Conductivity measurements are required on a continuous basis since changes in this parameter are an indication of abnormal conditions. When the conductivity is within limits, the pH, chlorides and other impurities affecting conductivity must also be within their acceptable limits. With the conductivity meter inoperable, additional samples must be analyzed to ensure that the chlorides are not exceeding the limits.

The surveillance requirements provide adequate assurance that concentrations in excess of the limits will be detected in sufficient time to take corrective action.

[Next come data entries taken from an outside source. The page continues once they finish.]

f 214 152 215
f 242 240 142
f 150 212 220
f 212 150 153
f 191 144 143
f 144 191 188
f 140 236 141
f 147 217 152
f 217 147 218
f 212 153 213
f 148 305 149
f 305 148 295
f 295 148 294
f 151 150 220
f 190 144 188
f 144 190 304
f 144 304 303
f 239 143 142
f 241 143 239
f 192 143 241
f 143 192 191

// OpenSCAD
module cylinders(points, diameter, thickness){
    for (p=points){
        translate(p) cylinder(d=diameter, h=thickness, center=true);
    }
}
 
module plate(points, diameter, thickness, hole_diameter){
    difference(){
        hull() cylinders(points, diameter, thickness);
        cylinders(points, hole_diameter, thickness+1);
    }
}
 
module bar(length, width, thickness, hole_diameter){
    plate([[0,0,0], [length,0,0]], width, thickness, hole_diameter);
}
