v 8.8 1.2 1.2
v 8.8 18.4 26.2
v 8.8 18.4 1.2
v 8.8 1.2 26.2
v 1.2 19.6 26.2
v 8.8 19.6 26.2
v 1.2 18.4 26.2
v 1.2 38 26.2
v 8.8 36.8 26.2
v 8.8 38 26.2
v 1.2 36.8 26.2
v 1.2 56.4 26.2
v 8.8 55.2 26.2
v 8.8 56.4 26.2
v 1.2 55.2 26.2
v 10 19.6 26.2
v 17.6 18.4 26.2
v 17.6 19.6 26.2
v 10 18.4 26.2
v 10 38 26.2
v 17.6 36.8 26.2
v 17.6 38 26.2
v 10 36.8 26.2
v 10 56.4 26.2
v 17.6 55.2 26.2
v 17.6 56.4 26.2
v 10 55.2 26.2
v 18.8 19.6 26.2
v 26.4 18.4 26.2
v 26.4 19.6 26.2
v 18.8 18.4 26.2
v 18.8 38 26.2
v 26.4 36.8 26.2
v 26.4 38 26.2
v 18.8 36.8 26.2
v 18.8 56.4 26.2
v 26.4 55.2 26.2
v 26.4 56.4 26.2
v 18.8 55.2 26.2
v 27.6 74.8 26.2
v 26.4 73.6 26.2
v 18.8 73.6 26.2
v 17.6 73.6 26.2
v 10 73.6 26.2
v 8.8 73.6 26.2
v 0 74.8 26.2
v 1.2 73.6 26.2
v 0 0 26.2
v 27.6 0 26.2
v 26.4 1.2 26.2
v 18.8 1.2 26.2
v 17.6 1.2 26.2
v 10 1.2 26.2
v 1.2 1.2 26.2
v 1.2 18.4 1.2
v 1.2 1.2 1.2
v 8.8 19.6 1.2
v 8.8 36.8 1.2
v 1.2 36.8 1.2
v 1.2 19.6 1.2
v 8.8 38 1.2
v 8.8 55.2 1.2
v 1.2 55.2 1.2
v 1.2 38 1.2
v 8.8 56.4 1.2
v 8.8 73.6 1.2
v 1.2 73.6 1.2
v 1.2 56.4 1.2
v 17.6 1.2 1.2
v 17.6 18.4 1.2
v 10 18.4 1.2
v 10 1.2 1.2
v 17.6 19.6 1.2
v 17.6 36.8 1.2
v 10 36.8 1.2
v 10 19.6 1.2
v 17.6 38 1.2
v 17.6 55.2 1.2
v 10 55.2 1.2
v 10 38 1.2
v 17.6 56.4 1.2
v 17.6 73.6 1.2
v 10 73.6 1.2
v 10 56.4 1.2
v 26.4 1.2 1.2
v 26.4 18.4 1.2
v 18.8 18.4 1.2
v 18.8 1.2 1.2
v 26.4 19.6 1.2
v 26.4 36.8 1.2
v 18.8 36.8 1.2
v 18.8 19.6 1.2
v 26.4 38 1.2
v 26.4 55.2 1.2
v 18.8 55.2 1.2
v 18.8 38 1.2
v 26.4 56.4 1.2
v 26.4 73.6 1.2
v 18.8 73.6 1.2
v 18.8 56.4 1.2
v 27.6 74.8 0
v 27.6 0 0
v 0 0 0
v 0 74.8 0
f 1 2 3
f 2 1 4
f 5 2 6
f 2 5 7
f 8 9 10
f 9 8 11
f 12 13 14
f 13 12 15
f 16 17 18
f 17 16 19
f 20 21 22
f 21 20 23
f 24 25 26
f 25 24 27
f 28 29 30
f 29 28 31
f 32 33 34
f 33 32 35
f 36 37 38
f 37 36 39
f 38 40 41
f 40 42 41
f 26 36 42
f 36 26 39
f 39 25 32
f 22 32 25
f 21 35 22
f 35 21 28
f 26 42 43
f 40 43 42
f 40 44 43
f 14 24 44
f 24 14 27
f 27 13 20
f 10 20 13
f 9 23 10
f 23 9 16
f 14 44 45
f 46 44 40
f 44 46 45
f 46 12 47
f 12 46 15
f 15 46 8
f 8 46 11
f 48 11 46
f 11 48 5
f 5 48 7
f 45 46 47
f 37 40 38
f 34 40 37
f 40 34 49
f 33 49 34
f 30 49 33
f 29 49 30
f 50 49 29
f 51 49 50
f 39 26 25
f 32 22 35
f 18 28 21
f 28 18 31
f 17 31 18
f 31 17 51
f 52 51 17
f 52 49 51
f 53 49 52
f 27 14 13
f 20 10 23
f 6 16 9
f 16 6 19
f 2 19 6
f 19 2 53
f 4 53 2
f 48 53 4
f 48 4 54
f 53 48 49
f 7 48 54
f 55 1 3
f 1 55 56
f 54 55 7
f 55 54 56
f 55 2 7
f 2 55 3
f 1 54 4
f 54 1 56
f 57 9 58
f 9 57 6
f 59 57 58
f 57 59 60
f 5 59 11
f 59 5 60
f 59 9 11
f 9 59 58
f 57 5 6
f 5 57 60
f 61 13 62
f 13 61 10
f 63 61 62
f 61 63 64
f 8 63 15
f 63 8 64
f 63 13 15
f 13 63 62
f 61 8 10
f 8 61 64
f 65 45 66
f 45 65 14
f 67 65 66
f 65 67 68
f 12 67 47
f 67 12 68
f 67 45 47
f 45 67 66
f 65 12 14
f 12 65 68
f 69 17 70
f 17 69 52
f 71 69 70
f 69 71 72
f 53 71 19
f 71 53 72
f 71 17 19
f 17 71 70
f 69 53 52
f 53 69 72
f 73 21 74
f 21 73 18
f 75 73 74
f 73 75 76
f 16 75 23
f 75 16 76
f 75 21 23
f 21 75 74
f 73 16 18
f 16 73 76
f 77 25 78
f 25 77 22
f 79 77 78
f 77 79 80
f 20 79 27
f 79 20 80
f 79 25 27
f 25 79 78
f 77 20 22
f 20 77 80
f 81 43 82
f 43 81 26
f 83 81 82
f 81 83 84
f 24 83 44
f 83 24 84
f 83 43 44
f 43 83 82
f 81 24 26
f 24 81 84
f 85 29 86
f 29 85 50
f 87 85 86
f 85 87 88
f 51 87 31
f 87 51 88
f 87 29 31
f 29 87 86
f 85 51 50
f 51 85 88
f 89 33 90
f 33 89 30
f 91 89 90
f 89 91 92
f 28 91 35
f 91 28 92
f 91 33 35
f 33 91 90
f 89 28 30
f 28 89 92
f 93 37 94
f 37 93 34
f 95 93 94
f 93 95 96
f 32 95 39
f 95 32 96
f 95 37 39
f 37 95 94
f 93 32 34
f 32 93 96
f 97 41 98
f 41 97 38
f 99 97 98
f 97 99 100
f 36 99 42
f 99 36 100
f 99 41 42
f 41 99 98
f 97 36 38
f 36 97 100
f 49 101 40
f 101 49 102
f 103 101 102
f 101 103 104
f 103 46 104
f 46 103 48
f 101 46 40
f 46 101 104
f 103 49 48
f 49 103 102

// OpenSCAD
cols = 3;
rows = 4;

walls = 1.2;
bottom = 1.2;

depth = 17.2;
width = 7.6;

height = 25;

echo(rows* depth + (rows + 1) * depth);
render() {
  difference() {
    cube([cols * width + (cols + 1) * walls, rows * depth + (rows + 1) * walls, height + bottom]);
    for (i = [0:cols - 1]) {
      for (j = [0:rows - 1]) {
        translate([i * width + walls * (i + 1), j * depth + walls * (j + 1), bottom]) {
          cube([width, depth, height]);
        }
      }
    }
  }
}
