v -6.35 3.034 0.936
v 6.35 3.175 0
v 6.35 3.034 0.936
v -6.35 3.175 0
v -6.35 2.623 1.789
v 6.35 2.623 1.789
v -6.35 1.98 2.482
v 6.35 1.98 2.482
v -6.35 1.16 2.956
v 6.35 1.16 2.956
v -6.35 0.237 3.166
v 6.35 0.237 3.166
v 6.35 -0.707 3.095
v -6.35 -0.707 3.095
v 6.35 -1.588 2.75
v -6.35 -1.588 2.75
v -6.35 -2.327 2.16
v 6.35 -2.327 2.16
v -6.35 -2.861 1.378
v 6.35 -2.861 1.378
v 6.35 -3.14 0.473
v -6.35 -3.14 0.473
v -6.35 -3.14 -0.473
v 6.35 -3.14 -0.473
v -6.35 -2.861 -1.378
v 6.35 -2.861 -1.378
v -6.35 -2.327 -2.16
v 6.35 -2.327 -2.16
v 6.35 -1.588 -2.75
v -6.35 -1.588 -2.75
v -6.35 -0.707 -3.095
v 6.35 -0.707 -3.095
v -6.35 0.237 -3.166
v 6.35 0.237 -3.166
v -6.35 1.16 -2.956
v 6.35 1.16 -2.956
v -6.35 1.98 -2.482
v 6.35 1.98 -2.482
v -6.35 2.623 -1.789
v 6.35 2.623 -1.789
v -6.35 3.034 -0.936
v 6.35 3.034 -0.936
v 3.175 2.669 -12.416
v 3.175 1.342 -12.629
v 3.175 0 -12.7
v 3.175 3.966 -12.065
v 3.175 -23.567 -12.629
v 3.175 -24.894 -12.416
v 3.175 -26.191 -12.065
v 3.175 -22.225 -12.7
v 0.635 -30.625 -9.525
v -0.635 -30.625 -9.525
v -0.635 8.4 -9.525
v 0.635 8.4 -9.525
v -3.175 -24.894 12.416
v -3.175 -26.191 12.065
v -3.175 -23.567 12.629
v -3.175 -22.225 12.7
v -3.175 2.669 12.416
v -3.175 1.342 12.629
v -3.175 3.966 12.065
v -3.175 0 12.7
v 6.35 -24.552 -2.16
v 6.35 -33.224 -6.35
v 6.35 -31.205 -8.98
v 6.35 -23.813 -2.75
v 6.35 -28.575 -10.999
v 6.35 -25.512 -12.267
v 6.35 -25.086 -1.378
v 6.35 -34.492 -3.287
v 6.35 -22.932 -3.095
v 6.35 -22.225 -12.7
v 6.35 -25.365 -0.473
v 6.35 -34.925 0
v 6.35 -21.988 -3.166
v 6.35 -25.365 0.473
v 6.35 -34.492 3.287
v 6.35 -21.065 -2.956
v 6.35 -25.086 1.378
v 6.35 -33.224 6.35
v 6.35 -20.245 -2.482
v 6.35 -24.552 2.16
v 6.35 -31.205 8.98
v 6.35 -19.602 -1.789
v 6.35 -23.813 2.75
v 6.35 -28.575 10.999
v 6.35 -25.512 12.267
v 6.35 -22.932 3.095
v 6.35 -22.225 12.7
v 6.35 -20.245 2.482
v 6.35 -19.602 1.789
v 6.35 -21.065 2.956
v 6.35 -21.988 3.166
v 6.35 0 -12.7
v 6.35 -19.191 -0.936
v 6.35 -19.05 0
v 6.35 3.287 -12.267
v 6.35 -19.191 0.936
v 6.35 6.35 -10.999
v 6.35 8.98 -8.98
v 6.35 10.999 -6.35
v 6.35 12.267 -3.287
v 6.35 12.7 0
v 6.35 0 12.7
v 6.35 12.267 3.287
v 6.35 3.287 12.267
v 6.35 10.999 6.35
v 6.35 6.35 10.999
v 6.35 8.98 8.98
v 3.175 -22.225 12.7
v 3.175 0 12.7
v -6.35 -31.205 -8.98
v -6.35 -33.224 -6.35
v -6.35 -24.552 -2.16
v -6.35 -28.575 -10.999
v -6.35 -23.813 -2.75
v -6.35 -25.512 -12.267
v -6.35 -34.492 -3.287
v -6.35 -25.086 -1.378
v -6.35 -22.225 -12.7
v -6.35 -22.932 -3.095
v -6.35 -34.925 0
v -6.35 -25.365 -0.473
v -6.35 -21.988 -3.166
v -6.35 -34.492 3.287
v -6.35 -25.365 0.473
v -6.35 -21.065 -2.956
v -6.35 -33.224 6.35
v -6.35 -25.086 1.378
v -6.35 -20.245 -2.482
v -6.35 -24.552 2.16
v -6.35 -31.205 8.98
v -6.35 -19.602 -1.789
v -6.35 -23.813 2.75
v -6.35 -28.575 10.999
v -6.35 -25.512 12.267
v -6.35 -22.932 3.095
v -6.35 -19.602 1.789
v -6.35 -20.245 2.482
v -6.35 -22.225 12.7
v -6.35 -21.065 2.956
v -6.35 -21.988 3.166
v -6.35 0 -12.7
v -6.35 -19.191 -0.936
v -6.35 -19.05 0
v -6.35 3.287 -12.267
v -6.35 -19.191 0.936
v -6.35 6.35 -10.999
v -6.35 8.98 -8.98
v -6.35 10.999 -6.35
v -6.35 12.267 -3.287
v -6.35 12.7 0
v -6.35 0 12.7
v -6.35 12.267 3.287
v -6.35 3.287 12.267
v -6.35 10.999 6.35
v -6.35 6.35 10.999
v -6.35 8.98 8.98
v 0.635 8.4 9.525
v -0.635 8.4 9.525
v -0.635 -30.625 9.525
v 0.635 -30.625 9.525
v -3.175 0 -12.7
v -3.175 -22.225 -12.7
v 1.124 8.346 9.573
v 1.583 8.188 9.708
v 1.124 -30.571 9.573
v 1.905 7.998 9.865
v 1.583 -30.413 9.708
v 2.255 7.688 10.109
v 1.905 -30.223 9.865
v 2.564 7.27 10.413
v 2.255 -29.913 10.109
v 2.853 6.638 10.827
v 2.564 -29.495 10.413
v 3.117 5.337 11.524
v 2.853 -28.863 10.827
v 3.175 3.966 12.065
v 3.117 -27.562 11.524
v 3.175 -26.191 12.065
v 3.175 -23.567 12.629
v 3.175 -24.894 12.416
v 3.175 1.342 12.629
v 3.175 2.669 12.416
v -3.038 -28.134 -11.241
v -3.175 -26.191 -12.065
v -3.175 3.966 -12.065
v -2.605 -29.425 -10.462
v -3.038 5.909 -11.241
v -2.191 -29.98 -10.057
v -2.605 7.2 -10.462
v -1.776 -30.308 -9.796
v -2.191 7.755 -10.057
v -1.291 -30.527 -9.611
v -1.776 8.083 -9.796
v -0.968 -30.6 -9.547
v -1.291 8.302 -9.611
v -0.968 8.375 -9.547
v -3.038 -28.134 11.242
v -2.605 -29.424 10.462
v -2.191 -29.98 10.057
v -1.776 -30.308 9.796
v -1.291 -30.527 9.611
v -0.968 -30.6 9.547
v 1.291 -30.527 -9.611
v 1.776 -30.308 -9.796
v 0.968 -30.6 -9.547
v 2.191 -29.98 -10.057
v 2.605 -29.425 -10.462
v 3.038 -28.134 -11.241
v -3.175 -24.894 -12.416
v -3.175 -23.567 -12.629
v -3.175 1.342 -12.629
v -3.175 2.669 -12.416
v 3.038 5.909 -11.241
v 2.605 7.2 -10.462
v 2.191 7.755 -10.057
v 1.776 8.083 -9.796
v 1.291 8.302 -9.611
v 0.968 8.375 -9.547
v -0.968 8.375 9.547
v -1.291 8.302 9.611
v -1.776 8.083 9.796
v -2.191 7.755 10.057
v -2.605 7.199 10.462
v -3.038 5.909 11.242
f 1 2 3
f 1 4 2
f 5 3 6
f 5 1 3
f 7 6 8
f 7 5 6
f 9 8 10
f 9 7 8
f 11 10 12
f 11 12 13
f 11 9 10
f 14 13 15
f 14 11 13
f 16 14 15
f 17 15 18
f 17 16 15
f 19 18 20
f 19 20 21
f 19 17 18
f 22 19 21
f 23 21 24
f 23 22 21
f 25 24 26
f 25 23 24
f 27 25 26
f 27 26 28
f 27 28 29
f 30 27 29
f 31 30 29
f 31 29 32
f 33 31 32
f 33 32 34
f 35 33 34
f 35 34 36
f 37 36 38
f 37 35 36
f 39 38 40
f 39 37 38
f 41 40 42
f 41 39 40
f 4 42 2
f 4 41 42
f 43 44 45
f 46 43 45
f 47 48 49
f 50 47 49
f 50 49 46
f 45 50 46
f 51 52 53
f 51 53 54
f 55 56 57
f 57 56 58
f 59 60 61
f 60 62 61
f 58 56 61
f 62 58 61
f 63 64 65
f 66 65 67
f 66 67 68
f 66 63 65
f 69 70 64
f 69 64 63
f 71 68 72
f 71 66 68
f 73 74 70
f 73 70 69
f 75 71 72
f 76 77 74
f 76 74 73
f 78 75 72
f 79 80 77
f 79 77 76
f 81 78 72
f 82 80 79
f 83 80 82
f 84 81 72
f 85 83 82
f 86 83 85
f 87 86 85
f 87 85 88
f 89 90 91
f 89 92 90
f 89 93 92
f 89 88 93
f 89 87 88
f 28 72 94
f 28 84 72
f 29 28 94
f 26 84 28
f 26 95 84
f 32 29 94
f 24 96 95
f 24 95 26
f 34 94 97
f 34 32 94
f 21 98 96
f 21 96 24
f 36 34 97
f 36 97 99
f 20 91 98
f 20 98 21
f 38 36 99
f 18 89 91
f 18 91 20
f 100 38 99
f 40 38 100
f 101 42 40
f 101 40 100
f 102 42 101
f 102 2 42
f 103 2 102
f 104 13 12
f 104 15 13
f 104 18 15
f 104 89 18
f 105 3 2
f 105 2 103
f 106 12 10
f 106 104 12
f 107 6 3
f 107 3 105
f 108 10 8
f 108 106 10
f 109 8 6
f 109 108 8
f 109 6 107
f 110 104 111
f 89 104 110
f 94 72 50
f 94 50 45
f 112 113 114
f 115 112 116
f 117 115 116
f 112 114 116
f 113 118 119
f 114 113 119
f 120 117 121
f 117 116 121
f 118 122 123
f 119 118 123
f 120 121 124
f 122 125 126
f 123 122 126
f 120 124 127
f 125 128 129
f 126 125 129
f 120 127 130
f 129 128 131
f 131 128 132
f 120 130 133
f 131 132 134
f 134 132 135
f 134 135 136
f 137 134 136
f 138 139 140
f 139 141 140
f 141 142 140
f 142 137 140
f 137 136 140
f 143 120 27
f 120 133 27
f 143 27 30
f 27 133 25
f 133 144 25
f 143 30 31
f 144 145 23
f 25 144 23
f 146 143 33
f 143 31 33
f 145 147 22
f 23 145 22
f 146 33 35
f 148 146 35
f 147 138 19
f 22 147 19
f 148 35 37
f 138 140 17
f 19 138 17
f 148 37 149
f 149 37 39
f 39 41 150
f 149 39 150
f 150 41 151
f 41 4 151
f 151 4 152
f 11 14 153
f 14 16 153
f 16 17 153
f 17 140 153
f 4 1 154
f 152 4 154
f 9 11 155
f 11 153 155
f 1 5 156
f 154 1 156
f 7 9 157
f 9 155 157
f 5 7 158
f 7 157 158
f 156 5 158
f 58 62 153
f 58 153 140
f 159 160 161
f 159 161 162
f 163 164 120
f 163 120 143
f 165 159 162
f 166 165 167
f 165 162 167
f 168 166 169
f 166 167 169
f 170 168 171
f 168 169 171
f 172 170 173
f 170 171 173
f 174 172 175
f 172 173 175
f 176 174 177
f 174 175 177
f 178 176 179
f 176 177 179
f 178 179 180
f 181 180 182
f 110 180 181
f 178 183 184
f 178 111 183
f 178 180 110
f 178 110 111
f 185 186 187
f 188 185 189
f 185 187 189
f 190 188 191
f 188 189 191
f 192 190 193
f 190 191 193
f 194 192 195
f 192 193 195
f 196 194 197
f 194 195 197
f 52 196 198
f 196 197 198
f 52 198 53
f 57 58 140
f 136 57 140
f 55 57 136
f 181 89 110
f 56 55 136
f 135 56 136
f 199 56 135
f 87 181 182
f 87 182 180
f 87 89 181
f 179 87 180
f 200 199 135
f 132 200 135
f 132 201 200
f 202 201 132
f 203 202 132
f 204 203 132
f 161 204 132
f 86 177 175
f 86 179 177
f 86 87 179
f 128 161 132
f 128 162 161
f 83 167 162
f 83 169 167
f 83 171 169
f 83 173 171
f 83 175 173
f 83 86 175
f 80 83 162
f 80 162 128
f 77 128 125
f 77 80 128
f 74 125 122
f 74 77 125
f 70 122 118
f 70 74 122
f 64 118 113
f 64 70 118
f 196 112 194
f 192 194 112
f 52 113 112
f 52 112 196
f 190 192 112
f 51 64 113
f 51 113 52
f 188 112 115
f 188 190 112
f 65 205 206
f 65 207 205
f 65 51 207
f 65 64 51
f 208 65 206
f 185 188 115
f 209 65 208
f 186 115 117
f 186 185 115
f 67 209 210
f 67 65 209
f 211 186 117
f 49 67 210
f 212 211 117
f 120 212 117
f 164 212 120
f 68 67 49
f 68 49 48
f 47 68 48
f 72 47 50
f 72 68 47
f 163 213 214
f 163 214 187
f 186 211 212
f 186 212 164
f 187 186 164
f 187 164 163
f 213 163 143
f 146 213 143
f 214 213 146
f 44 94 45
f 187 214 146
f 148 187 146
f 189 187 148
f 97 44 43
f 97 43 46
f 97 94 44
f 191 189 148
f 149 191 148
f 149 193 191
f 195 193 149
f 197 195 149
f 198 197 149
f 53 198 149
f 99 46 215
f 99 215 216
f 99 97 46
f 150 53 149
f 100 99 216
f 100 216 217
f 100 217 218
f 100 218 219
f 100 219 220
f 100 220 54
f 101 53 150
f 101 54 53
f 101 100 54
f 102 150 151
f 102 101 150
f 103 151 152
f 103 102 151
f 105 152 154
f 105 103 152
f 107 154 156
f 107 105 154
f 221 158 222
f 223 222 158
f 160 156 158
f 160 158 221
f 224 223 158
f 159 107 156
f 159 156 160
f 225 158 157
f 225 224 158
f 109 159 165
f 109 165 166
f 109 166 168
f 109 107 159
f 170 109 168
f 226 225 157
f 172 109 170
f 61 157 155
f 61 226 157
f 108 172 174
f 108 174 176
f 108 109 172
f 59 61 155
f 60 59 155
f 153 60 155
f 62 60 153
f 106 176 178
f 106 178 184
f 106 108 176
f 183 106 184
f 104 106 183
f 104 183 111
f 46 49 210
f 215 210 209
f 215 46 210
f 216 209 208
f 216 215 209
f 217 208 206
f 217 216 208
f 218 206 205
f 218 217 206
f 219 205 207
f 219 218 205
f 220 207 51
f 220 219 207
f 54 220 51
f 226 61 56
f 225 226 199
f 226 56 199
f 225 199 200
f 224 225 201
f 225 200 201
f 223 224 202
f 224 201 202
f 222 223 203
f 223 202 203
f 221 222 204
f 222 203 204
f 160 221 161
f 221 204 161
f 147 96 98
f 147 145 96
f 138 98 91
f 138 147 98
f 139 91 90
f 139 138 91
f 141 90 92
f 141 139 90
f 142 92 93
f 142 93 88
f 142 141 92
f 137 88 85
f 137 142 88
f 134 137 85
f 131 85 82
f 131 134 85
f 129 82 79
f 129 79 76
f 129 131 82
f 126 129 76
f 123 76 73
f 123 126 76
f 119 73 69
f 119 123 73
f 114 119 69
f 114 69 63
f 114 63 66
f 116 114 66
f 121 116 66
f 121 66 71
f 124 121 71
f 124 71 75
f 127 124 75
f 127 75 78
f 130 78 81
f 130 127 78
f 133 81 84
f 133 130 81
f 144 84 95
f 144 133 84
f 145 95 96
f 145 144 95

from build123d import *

# Parameters (mm, degrees)
F0_R     = 3.175
F1_DEPTH = 6.35
F2_W     = 6.35
F2_H     = 24.715454
F2_H_2   = 28.652428
F3_DEPTH = 50.8
F4_R     = 2.54


with BuildPart() as f1:
    # F0 (on Right) → F1 (new body, symmetric)
    with BuildSketch(Plane.YZ):
        with BuildLine():
            Line((-22.225, -12.7), (0, -12.7))
            ThreePointArc((0, -12.7), (12.7, 0), (0, 12.7))
            Line((0, 12.7), (-22.225, 12.7))
            ThreePointArc((-22.225, 12.7), (-34.925, 0), (-22.225, -12.7))
        make_face()
        with Locations((-22.225, 0)):
            Circle(F0_R, mode=Mode.SUBTRACT)
        Circle(F0_R, mode=Mode.SUBTRACT)
    extrude(amount=F1_DEPTH, both=True)

    # F2 (on Front) → F3 (cut, symmetric)
    with BuildSketch(Plane.XZ):
        with Locations((0, 21.882727)):
            Rectangle(F2_W, F2_H)
        with Locations((0, -23.851214)):
            Rectangle(F2_W, F2_H_2)
    extrude(amount=F3_DEPTH, both=True, mode=Mode.SUBTRACT)

    # F4
    f4_edges = [f1.edges().sort_by_distance(p)[0] for p in [
        (-3.175, -11.1125, 9.525),
        (3.175, -11.1125, 9.525),
        (-3.175, -11.1125, -9.525),
        (3.175, -11.1125, -9.525),
    ]]
    fillet(f4_edges, radius=F4_R)


solid = f1.part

B 6.7.2 SEALED SOURCE CONTAMINATION The limitation on removable contamination for sources requiring leak testing, including alpha emitters, is based on 10 CFR 70.39(c) limits for plutonium. This limitation will ensure that leakage from byproduct, source, and special nuclear material sources will not exceed allowable intake values. Sealed sources are classified into three groups according to their use, with surveillance requirements commensurate with the probability of damage to a source in that group. Those sources which are frequently handled are required to be tested more often than those which are not. Sealed sources which are continuously enclosed within a shielded mechanism, i.e., sealed sources within radiation monitoring or boron measuring devices, are considered to be stored and need not be tested unless they are removed from the shielded mechanism.

B 6.7.3 AREA TEMPERATURE MONITORING The area temperature limitations ensure that safety-related equipment will not be subjected to temperatures in excess of their environmental qualification temperatures. Exposure to excessive temperatures may degrade equipment and can cause loss of its OPERABILITY. The temperature limits include allowance for instrument error.

B 6.7.4 SPENT FUEL STORAGE POOL TEMPERATURE The temperature limit in the spent fuel storage pool ensures proper pool cooling to maintain building accessibility and prevents unacceptable radiological releases particularly during those times of increased fuel pool cooling heat loads, such as a fuel core offload, when supplemental fuel pool cooling utilizing the RHR system is required.